• PROBLEM TO SOLVE: Exactly the lines below from the one with "sweep(path=f6_path.line)" up to and including the one with "FreeCAD Python script" make up the answer, with nothing else added.
(MATERIALS PROVIDED Opens)
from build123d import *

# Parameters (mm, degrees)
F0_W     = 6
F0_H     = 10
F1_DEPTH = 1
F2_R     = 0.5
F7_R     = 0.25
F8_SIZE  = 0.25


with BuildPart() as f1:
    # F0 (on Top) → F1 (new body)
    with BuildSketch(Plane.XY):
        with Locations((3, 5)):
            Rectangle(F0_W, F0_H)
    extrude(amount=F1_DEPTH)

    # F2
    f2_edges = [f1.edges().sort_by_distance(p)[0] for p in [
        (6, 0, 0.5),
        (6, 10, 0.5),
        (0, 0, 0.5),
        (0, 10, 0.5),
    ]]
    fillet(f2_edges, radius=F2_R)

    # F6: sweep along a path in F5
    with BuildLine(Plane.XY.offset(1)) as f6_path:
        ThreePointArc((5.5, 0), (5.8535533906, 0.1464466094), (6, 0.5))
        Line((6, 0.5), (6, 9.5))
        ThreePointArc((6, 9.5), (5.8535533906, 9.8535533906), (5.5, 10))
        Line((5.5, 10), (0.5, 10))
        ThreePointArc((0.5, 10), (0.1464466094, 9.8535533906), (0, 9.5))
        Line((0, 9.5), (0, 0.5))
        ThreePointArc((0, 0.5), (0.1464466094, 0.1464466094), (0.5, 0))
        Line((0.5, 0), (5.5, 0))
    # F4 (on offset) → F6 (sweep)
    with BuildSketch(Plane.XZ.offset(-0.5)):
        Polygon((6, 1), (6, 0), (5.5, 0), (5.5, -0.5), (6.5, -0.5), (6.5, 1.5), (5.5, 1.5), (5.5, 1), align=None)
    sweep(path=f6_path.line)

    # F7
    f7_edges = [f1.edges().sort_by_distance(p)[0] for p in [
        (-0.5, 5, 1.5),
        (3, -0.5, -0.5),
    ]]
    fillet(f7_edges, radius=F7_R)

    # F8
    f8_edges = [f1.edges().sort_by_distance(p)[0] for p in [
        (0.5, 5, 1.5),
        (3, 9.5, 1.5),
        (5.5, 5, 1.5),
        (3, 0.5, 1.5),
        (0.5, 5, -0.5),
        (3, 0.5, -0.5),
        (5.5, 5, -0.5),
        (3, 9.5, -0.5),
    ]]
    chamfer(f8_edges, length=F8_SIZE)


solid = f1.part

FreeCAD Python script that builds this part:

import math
import FreeCAD as App
import Part
import Sketcher
from FreeCAD import Vector


def edges_at(feature, points):
    """Names of the edges that pass closest to the given points."""
    edges = feature.Shape.Edges
    near = lambda p: min(range(len(edges)), key=lambda i: edges[i].distToShape(Part.Vertex(*p))[0])
    return sorted({f"Edge{near(p) + 1}" for p in points})

doc = App.newDocument("Part")
body = doc.addObject("PartDesign::Body", "Body")

# Sketch on XY plane
sketch1 = body.newObject("Sketcher::SketchObject", "Sketch")
sketch1.AttachmentSupport = (doc.getObject("XY_Plane"), [""])
sketch1.MapMode = "FlatFace"
sketch1.addGeometry(Part.LineSegment(Vector(0, 10, 0), Vector(0, 0, 0)), False)
sketch1.addGeometry(Part.LineSegment(Vector(0, 0, 0), Vector(6, 0, 0)), False)
sketch1.addGeometry(Part.LineSegment(Vector(6, 0, 0), Vector(6, 10, 0)), False)
sketch1.addGeometry(Part.LineSegment(Vector(6, 10, 0), Vector(0, 10, 0)), False)
sketch1.addConstraint(Sketcher.Constraint("Coincident", 0, 2, 1, 1))
sketch1.addConstraint(Sketcher.Constraint("Coincident", 1, 2, 2, 1))
sketch1.addConstraint(Sketcher.Constraint("Coincident", 2, 2, 3, 1))
sketch1.addConstraint(Sketcher.Constraint("Coincident", 3, 2, 0, 1))
sketch1.addConstraint(Sketcher.Constraint("Vertical", 0))
sketch1.addConstraint(Sketcher.Constraint("Horizontal", 1))
sketch1.addConstraint(Sketcher.Constraint("Vertical", 2))
sketch1.addConstraint(Sketcher.Constraint("Horizontal", 3))
sketch1.addConstraint(Sketcher.Constraint("Coincident", 0, 2, -1, 1))
sketch1.addConstraint(Sketcher.Constraint("DistanceX", 1, 1, 1, 2, 6.0))
sketch1.addConstraint(Sketcher.Constraint("DistanceY", 0, 2, 0, 1, 10.0))
pad1 = body.newObject("PartDesign::Pad", "Pad")
pad1.Profile = sketch1
pad1.Length = 1
doc.recompute()

fillet = body.newObject("PartDesign::Fillet", "Fillet")
fillet.Base = (pad1, edges_at(pad1, [
    (6, 0, 0.5),
    (6, 10, 0.5),
    (0, 0, 0.5),
    (0, 10, 0.5),
]))
fillet.Radius = 0.5

# Sketch on XZ plane
sketch2 = body.newObject("Sketcher::SketchObject", "Sketch001")
sketch2.AttachmentSupport = (doc.getObject("XZ_Plane"), [""])
sketch2.MapMode = "FlatFace"
sketch2.AttachmentOffset = App.Placement(Vector(0, 0, -0.5), App.Rotation())
sketch2.addGeometry(Part.LineSegment(Vector(6, 1, 0), Vector(6, 0, 0)), False)
sketch2.addGeometry(Part.LineSegment(Vector(6, 0, 0), Vector(5.5, 0, 0)), False)
sketch2.addGeometry(Part.LineSegment(Vector(5.5, 0, 0), Vector(5.5, -0.5, 0)), False)
sketch2.addGeometry(Part.LineSegment(Vector(5.5, -0.5, 0), Vector(6.5, -0.5, 0)), False)
sketch2.addGeometry(Part.LineSegment(Vector(6.5, -0.5, 0), Vector(6.5, 1.5, 0)), False)
sketch2.addGeometry(Part.LineSegment(Vector(6.5, 1.5, 0), Vector(5.5, 1.5, 0)), False)
sketch2.addGeometry(Part.LineSegment(Vector(5.5, 1.5, 0), Vector(5.5, 1, 0)), False)
sketch2.addGeometry(Part.LineSegment(Vector(5.5, 1, 0), Vector(6, 1, 0)), False)
sketch2.addConstraint(Sketcher.Constraint("Coincident", 0, 2, 1, 1))
sketch2.addConstraint(Sketcher.Constraint("Coincident", 1, 2, 2, 1))
sketch2.addConstraint(Sketcher.Constraint("Coincident", 2, 2, 3, 1))
sketch2.addConstraint(Sketcher.Constraint("Coincident", 3, 2, 4, 1))
sketch2.addConstraint(Sketcher.Constraint("Coincident", 4, 2, 5, 1))
sketch2.addConstraint(Sketcher.Constraint("Coincident", 5, 2, 6, 1))
sketch2.addConstraint(Sketcher.Constraint("Coincident", 6, 2, 7, 1))
sketch2.addConstraint(Sketcher.Constraint("Coincident", 7, 2, 0, 1))
sketch2.addConstraint(Sketcher.Constraint("Vertical", 0))
sketch2.addConstraint(Sketcher.Constraint("Horizontal", 1))
sketch2.addConstraint(Sketcher.Constraint("Vertical", 2))
sketch2.addConstraint(Sketcher.Constraint("Horizontal", 3))
sketch2.addConstraint(Sketcher.Constraint("Vertical", 4))
sketch2.addConstraint(Sketcher.Constraint("Horizontal", 5))
sketch2.addConstraint(Sketcher.Constraint("Vertical", 6))
sketch2.addConstraint(Sketcher.Constraint("Horizontal", 7))
sketch2.addConstraint(Sketcher.Constraint("PointOnObject", 0, 2, -1))
sketch2.addConstraint(Sketcher.Constraint("Vertical", 2, 2, 5, 2))
sketch2.addConstraint(Sketcher.Constraint("Equal", 5, 0))
sketch2.addConstraint(Sketcher.Constraint("Equal", 7, 2))
sketch2.addConstraint(Sketcher.Constraint("Equal", 2, 6))
sketch2.addConstraint(Sketcher.Constraint("DistanceX", 3, 1, 3, 2, 1.0))
sketch2.addConstraint(Sketcher.Constraint("DistanceY", 4, 1, 4, 2, 2.0))
sketch2.addConstraint(Sketcher.Constraint("DistanceX", -1, 1, 0, 2, 6.0))

# Sketch on XY plane
sketch3 = body.newObject("Sketcher::SketchObject", "Sketch002")
sketch3.AttachmentSupport = (doc.getObject("XY_Plane"), [""])
sketch3.MapMode = "FlatFace"
sketch3.AttachmentOffset = App.Placement(Vector(0, 0, 1), App.Rotation())
sketch3.addGeometry(Part.ArcOfCircle(Part.Circle(Vector(5.5, 0.5, 0), Vector(0, 0, 1), 0.5), math.radians(-90), math.radians(0)), False)
sketch3.addGeometry(Part.LineSegment(Vector(6, 0.5, 0), Vector(6, 9.5, 0)), False)
sketch3.addGeometry(Part.ArcOfCircle(Part.Circle(Vector(5.5, 9.5, 0), Vector(0, 0, 1), 0.5), math.radians(0), math.radians(90)), False)
sketch3.addGeometry(Part.LineSegment(Vector(5.5, 10, 0), Vector(0.5, 10, 0)), False)
sketch3.addGeometry(Part.ArcOfCircle(Part.Circle(Vector(0.5, 9.5, 0), Vector(0, 0, 1), 0.5), math.radians(90), math.radians(180)), False)
sketch3.addGeometry(Part.LineSegment(Vector(0, 9.5, 0), Vector(0, 0.5, 0)), False)
sketch3.addGeometry(Part.ArcOfCircle(Part.Circle(Vector(0.5, 0.5, 0), Vector(0, 0, 1), 0.5), math.radians(180), math.radians(270)), False)
sketch3.addGeometry(Part.LineSegment(Vector(0.5, 0, 0), Vector(5.5, 0, 0)), False)
sketch3.addConstraint(Sketcher.Constraint("Tangent", 0, 2, 1, 1))
sketch3.addConstraint(Sketcher.Constraint("Tangent", 1, 2, 2, 1))
sketch3.addConstraint(Sketcher.Constraint("Tangent", 2, 2, 3, 1))
sketch3.addConstraint(Sketcher.Constraint("Tangent", 3, 2, 4, 1))
sketch3.addConstraint(Sketcher.Constraint("Tangent", 4, 2, 5, 1))
sketch3.addConstraint(Sketcher.Constraint("Tangent", 5, 2, 6, 1))
sketch3.addConstraint(Sketcher.Constraint("Tangent", 6, 2, 7, 1))
sketch3.addConstraint(Sketcher.Constraint("Tangent", 7, 2, 0, 1))
sketch3.addConstraint(Sketcher.Constraint("Vertical", 1))
sketch3.addConstraint(Sketcher.Constraint("Horizontal", 3))
sketch3.addConstraint(Sketcher.Constraint("Vertical", 5))
sketch3.addConstraint(Sketcher.Constraint("Horizontal", 7))
sketch3.addConstraint(Sketcher.Constraint("Equal", 0, 2))
sketch3.addConstraint(Sketcher.Constraint("Equal", 2, 4))
sketch3.addConstraint(Sketcher.Constraint("Equal", 4, 6))
sketch3.addConstraint(Sketcher.Constraint("PointOnObject", 4, 2, -2))
sketch3.addConstraint(Sketcher.Constraint("PointOnObject", 6, 2, -1))
sketch3.addConstraint(Sketcher.Constraint("Radius", 0, 0.5))
sketch3.addConstraint(Sketcher.Constraint("DistanceX", 3, 2, 3, 1, 5.0))
sketch3.addConstraint(Sketcher.Constraint("DistanceY", 1, 1, 1, 2, 9.0))
doc.recompute()

additivepipe = body.newObject("PartDesign::AdditivePipe", "AdditivePipe")
additivepipe.Profile = sketch2
additivepipe.Spine = (sketch3, ["Edge1", "Edge2", "Edge3", "Edge4", "Edge5", "Edge6", "Edge7", "Edge8"])
doc.recompute()

fillet2 = body.newObject("PartDesign::Fillet", "Fillet001")
fillet2.Base = (additivepipe, edges_at(additivepipe, [(-0.5, 5, 1.5), (3, -0.5, -0.5)]))
fillet2.Radius = 0.25
doc.recompute()

chamfer = body.newObject("PartDesign::Chamfer", "Chamfer")
chamfer.Base = (fillet2, edges_at(fillet2, [
    (0.5, 5, 1.5),
    (3, 9.5, 1.5),
    (5.5, 5, 1.5),
    (3, 0.5, 1.5),
    (0.5, 5, -0.5),
    (3, 0.5, -0.5),
    (5.5, 5, -0.5),
    (3, 9.5, -0.5),
]))
chamfer.Size = 0.25

doc.recompute()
(MATERIALS PROVIDED Closes)
• RESPONSE TO THE TASK:
    sweep(path=f6_path.line)

    # F7
    f7_edges = [f1.edges().sort_by_distance(p)[0] for p in [
        (-0.5, 5, 1.5),
        (3, -0.5, -0.5),
    ]]
    fillet(f7_edges, radius=F7_R)

    # F8
    f8_edges = [f1.edges().sort_by_distance(p)[0] for p in [
        (0.5, 5, 1.5),
        (3, 9.5, 1.5),
        (5.5, 5, 1.5),
        (3, 0.5, 1.5),
        (0.5, 5, -0.5),
        (3, 0.5, -0.5),
        (5.5, 5, -0.5),
        (3, 9.5, -0.5),
    ]]
    chamfer(f8_edges, length=F8_SIZE)


solid = f1.part

FreeCAD Python script that builds this part:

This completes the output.